Is your job divisible?

Is your job divisible?

  • Yes.

    Votes: 9 60.0%
  • No.

    Votes: 3 20.0%
  • I am not being paid for work.

    Votes: 3 20.0%

  • Total voters
    15
I agree on that, but sadly that doesn't work for doing a PhD :/.
The bus number for basically all projects around is 1 (besides for the data backup, for which it is 0.5), unless you consider 2 years to still be a short timescale.
(...okay...maybe not all projects, in some probably people can dive in and get something useful out within....er....3 months, maybe).
But well, that's again a special situation, I guess.
 
If I was hit by a bus tomorrow, I think that the grad part of the university I work for would have huge problems. All the stuff I've built for the most part runs itself, but it does require regular maintenance, monitoring, upgrades, and so on. I'm the only one in existence who understands how it all works. It takes a couple weeks or even sometimes months to hire someone around here too, so they would be without a web dev for a while - that's showstopping stuff. And once the new person joins, there would be nobody here to bring him/her up to speed - my supervisor isn't a developer and my boss (the director) isn't one either. Nobody really knows what I really do, to be honest.

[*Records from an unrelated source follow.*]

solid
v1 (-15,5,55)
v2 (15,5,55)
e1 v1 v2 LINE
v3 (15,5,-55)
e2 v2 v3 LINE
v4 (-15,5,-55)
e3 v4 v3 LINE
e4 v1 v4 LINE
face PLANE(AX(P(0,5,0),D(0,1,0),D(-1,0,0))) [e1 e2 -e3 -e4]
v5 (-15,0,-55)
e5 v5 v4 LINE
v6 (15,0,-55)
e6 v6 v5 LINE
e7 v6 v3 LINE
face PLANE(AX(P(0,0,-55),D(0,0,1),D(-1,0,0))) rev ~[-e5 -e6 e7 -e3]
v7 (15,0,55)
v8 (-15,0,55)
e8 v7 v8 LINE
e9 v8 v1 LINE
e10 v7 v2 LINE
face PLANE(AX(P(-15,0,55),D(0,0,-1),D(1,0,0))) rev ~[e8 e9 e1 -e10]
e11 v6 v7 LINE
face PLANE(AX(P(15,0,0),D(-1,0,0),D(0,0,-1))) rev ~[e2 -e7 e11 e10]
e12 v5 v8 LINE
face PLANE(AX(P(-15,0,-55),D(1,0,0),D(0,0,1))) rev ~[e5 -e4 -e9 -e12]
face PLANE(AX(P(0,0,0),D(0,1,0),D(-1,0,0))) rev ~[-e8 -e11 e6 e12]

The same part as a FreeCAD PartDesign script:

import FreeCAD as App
import Part
import Sketcher

doc = App.newDocument("Part")
body = doc.addObject("PartDesign::Body", "Body")

sketch1 = doc.addObject("Sketcher::SketchObject", "Sketch")
body.addObject(sketch1)
sketch1.AttachmentSupport = (doc.XZ_Plane, [""])
sketch1.MapMode = "FlatFace"
sketch1.addGeometry([
    Part.LineSegment(App.Vector(-15, -55, 0), App.Vector(-15, 55, 0)),
    Part.LineSegment(App.Vector(-15, 55, 0), App.Vector(15, 55, 0)),
    Part.LineSegment(App.Vector(15, 55, 0), App.Vector(15, -55, 0)),
    Part.LineSegment(App.Vector(15, -55, 0), App.Vector(-15, -55, 0)),
], False)
sketch1.addConstraint([
    Sketcher.Constraint("Coincident", 0, 2, 1, 1),
    Sketcher.Constraint("Coincident", 1, 2, 2, 1),
    Sketcher.Constraint("Coincident", 2, 2, 3, 1),
    Sketcher.Constraint("Coincident", 3, 2, 0, 1),
    Sketcher.Constraint("Vertical", 0),
    Sketcher.Constraint("Horizontal", 1),
    Sketcher.Constraint("Vertical", 2),
    Sketcher.Constraint("Horizontal", 3),
    Sketcher.Constraint("Symmetric", 0, 2, 2, 2, -1, 1),
    Sketcher.Constraint("DistanceX", 1, 1, 1, 2, 30.0),
    Sketcher.Constraint("DistanceY", 0, 1, 0, 2, 110.0),
])
pad1 = doc.addObject("PartDesign::Pad", "Pad")
body.addObject(pad1)
pad1.Profile = sketch1
pad1.Length = 5
pad1.Reversed = True

doc.recompute()
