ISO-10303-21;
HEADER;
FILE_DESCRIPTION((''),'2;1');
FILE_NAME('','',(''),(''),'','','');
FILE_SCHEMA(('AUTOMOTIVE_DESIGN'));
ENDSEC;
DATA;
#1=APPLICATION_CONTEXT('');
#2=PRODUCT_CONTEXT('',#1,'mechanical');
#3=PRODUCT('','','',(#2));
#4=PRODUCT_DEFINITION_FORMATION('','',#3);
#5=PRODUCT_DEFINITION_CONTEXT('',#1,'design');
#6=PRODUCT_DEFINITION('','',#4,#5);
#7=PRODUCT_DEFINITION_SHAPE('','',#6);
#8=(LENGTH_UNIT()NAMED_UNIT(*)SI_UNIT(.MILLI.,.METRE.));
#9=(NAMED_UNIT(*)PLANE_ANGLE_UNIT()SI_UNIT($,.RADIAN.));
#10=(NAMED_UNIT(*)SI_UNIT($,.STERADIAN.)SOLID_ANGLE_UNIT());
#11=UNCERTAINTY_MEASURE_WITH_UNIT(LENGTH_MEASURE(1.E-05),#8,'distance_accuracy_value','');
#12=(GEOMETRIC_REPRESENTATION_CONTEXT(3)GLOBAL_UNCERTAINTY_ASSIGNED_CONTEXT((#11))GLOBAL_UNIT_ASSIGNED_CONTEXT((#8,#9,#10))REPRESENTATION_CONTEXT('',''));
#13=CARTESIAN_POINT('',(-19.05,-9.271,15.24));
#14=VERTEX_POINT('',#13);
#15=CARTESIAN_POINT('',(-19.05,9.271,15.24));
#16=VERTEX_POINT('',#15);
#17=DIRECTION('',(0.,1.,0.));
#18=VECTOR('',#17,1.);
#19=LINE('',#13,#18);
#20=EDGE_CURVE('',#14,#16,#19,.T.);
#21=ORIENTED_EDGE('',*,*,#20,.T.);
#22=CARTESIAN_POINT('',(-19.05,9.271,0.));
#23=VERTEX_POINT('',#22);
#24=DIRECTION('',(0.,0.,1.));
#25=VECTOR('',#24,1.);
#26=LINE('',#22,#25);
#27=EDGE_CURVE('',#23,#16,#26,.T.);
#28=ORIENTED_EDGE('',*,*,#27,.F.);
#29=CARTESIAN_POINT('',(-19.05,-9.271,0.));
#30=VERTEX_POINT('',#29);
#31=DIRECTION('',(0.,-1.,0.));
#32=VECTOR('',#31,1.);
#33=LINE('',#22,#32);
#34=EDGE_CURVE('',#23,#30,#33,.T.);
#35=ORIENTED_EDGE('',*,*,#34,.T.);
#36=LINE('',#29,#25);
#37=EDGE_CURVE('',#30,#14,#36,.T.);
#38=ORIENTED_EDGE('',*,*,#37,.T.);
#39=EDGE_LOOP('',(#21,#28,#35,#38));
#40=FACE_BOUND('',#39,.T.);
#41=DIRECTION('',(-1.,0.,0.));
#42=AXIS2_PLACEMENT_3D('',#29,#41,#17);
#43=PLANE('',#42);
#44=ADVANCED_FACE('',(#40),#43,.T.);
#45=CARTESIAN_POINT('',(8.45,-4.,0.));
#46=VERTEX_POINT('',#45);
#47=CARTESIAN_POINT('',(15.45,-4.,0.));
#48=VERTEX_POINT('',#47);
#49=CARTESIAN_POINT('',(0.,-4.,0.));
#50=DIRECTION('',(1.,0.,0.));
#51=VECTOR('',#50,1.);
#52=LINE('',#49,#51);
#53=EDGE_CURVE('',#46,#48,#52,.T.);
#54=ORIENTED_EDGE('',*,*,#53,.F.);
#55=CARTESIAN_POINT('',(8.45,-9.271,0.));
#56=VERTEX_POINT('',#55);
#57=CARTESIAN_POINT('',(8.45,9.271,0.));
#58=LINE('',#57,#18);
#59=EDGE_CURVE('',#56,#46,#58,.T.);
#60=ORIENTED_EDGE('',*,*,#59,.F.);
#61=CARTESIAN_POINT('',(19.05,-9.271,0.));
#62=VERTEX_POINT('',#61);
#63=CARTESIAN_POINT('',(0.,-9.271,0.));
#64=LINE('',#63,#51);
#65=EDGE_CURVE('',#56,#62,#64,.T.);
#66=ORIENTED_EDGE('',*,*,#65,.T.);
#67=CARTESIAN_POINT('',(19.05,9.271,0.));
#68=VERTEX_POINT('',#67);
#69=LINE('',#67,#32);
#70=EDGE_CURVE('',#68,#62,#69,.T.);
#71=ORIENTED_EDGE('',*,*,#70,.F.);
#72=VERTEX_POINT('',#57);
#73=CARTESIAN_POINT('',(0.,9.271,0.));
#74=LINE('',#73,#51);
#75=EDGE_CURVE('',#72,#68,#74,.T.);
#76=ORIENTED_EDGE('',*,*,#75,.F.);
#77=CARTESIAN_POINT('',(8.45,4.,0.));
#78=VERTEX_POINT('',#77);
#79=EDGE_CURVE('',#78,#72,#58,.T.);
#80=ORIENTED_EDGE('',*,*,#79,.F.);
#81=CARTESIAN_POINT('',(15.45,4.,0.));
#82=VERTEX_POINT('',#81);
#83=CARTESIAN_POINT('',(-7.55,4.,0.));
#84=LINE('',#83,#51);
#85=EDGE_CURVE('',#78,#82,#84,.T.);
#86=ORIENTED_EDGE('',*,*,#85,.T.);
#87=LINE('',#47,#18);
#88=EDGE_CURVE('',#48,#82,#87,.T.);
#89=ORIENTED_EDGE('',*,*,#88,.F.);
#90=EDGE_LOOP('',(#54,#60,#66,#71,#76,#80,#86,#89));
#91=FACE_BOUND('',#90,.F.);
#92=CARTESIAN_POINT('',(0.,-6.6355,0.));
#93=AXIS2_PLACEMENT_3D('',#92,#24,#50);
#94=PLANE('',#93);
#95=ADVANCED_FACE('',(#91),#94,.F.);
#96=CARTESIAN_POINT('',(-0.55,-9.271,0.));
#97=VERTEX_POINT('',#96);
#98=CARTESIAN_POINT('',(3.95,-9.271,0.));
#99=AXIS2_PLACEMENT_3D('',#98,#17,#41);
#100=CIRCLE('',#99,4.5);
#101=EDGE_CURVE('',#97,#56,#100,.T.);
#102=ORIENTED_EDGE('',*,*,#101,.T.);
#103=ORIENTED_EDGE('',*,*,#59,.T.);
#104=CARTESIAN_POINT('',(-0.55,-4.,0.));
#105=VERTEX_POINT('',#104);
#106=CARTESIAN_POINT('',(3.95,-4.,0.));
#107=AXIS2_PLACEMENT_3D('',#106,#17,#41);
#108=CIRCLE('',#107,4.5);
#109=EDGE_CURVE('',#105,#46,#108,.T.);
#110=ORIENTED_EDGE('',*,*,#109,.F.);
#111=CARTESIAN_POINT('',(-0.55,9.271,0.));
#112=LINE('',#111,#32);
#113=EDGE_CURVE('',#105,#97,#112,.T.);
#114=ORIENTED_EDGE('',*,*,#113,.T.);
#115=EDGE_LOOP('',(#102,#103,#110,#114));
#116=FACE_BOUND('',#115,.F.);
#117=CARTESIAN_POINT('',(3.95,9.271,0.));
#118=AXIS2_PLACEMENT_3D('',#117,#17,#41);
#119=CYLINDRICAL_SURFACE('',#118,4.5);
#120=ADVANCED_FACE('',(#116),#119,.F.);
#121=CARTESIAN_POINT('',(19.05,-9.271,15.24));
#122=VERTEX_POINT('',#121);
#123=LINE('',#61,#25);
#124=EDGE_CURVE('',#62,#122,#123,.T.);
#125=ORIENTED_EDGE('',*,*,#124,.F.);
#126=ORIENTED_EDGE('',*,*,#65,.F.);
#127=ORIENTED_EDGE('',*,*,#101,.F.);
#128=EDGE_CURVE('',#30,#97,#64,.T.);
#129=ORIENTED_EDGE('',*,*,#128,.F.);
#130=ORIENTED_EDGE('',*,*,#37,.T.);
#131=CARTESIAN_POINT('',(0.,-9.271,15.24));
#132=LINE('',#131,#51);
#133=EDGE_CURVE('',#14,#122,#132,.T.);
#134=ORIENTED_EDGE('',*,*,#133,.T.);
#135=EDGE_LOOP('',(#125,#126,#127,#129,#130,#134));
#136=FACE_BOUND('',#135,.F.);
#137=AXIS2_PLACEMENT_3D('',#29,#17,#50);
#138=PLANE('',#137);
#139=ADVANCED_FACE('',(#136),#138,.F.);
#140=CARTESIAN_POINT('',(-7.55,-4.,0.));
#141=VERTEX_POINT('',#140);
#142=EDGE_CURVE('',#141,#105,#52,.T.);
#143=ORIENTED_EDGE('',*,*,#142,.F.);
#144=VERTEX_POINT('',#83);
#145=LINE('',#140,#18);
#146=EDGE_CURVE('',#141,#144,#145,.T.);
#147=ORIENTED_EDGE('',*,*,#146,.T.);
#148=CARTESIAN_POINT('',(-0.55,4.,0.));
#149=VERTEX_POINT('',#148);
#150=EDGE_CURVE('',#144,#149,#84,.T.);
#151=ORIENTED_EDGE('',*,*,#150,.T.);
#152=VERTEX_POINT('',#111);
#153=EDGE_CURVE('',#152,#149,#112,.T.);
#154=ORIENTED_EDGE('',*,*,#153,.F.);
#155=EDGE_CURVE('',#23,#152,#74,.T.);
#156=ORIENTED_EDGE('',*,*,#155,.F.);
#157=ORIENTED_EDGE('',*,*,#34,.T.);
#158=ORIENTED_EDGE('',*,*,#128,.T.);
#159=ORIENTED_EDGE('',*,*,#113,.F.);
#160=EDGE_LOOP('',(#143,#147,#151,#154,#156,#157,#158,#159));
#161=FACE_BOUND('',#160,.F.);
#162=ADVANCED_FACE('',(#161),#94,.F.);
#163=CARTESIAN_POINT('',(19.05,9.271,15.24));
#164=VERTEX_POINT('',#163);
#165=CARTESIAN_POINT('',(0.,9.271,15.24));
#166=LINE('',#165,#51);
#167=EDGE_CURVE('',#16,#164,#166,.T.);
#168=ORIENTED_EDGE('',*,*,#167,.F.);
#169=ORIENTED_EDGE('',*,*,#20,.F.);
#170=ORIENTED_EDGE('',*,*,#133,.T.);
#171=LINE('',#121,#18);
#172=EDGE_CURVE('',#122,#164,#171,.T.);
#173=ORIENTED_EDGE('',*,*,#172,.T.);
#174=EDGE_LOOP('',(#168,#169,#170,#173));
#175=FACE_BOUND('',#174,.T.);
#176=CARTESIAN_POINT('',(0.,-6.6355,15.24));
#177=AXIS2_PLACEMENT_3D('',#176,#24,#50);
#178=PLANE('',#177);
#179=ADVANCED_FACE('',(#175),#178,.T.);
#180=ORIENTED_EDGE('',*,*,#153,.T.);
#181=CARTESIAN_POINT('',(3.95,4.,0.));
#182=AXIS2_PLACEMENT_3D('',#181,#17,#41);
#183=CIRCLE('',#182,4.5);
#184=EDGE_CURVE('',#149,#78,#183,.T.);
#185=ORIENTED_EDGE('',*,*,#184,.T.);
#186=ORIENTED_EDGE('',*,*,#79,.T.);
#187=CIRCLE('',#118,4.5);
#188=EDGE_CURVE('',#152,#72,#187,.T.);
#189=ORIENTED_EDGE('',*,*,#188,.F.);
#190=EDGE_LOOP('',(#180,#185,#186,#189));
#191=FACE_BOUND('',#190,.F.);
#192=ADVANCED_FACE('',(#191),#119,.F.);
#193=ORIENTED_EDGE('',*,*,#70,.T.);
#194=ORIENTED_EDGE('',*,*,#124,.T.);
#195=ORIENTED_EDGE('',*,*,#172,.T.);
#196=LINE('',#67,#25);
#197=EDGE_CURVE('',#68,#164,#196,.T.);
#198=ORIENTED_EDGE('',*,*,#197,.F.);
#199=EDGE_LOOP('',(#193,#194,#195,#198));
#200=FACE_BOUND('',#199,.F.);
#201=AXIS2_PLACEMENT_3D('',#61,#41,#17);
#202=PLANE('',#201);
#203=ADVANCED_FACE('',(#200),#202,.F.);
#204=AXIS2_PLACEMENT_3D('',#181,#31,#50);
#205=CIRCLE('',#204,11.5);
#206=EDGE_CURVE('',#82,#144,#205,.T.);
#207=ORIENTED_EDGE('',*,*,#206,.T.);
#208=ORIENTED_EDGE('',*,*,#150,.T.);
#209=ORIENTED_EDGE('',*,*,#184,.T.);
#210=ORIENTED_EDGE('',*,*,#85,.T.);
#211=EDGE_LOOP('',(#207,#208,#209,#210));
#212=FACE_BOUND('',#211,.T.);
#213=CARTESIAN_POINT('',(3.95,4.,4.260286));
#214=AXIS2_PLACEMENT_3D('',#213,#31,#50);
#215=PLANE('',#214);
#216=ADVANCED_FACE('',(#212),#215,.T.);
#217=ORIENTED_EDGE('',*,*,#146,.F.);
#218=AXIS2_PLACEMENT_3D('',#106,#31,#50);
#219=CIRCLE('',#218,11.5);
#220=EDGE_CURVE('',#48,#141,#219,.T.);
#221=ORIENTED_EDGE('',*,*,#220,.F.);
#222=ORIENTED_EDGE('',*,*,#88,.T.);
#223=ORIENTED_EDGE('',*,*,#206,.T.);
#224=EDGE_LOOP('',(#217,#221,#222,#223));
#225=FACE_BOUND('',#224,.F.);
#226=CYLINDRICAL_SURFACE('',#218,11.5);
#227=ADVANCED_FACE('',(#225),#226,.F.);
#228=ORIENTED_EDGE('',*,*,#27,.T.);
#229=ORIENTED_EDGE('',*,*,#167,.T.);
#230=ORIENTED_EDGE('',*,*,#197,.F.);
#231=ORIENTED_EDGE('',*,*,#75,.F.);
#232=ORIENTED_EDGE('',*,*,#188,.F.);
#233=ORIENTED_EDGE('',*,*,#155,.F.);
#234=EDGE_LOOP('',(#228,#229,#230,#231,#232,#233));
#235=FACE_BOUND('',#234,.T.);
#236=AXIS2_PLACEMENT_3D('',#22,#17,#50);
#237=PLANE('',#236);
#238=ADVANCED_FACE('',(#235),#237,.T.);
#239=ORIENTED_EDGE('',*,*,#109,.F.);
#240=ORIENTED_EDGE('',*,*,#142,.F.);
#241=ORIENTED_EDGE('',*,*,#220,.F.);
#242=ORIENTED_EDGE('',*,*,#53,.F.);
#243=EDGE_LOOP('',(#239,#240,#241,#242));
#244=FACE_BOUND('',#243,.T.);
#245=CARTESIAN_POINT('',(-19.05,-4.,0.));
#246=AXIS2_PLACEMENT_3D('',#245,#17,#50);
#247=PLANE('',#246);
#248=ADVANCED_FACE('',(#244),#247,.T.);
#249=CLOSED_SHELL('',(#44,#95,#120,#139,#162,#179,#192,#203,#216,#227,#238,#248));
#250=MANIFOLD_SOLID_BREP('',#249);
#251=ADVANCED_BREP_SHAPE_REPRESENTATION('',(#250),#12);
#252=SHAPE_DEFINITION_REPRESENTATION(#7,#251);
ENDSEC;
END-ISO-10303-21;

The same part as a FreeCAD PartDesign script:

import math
import FreeCAD as App
import Part
import Sketcher

doc = App.newDocument("Part")
body = doc.addObject("PartDesign::Body", "Body")

# Sketch on XY plane
sketch1 = body.newObject("Sketcher::SketchObject", "Sketch")
sketch1.AttachmentSupport = (doc.getObject("XY_Plane"), [""])
sketch1.MapMode = "FlatFace"
sketch1.addGeometry([
    Part.LineSegment(App.Vector(-19, 9, 0), App.Vector(-19, -4, 0)),
    Part.LineSegment(App.Vector(-19, -4, 0), App.Vector(19, -4, 0)),
    Part.LineSegment(App.Vector(19, -4, 0), App.Vector(19, 9, 0)),
    Part.LineSegment(App.Vector(19, 9, 0), App.Vector(-19, 9, 0)),
], False)
sketch1.addConstraint([
    Sketcher.Constraint("Coincident", 0, 2, 1, 1),
    Sketcher.Constraint("Coincident", 1, 2, 2, 1),
    Sketcher.Constraint("Coincident", 2, 2, 3, 1),
    Sketcher.Constraint("Coincident", 3, 2, 0, 1),
    Sketcher.Constraint("Vertical", 0),
    Sketcher.Constraint("Horizontal", 1),
    Sketcher.Constraint("Vertical", 2),
    Sketcher.Constraint("Horizontal", 3),
    Sketcher.Constraint("DistanceX", 1, 1, 1, 2, 38.1),
    Sketcher.Constraint("DistanceY", 0, 2, -1, 1, 4.0),
    Sketcher.Constraint("DistanceY", 0, 2, 0, 1, 13.271),
    Sketcher.Constraint("DistanceX", 0, 2, -1, 1, 19.05),
])
pad1 = body.newObject("PartDesign::Pad", "Pad")
pad1.Profile = sketch1
pad1.Length = 15.24

# Sketch on XZ plane
sketch2 = body.newObject("Sketcher::SketchObject", "Sketch001")
sketch2.AttachmentSupport = (doc.getObject("XZ_Plane"), [""])
sketch2.MapMode = "FlatFace"
sketch2.AttachmentOffset = App.Placement(App.Vector(0, 0, 4), App.Rotation())
sketch2.addGeometry([
    Part.ArcOfCircle(Part.Circle(App.Vector(4, 0, 0), App.Vector(0, 0, 1), 12), math.radians(0), math.radians(180)),
    Part.LineSegment(App.Vector(-8, 0, 0), App.Vector(15, 0, 0)),
], False)
sketch2.addConstraint([
    Sketcher.Constraint("Coincident", 0, 1, 1, 2),
    Sketcher.Constraint("Coincident", 1, 1, 0, 2),
    Sketcher.Constraint("Horizontal", 1),
    Sketcher.Constraint("PointOnObject", 0, 3, -1),
    Sketcher.Constraint("PointOnObject", 0, 1, -1),
    Sketcher.Constraint("Radius", 0, 11.5),
    Sketcher.Constraint("DistanceX", -1, 1, 0, 3, 3.95),
])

The best they could do is hire someone from the office of the registrar's web team - and that web team would probably help plug any holes while my boss looks for a replacement.. but the web team only has 1 or 2 developers who seem to be of the senior variety - and I don't think they'd want the job - I think they are pretty happy where they are. I could see one of the up and comers there getting the job - but anything less than a senior developer getting this job would be a huge fail. Things would start falling apart pretty quickly. I trust my friend (Peru hiking buddy) to take over, but I think he'd quickly start ripping his hair out once he realized how things get done in the grad world. It's like the wild west - no planning, no documentation, and a total disregard for the software development lifecycle. The Web team is super organized in comparison. Any person replacing me would need weeks and probably months to get a grasp of everything, and while that's happening a huge backlog of stuff that needs doing would be building up in the background. And if the person is coming in from the outside? Yeah, that would 98% of the time lead to problems, but short term and long term.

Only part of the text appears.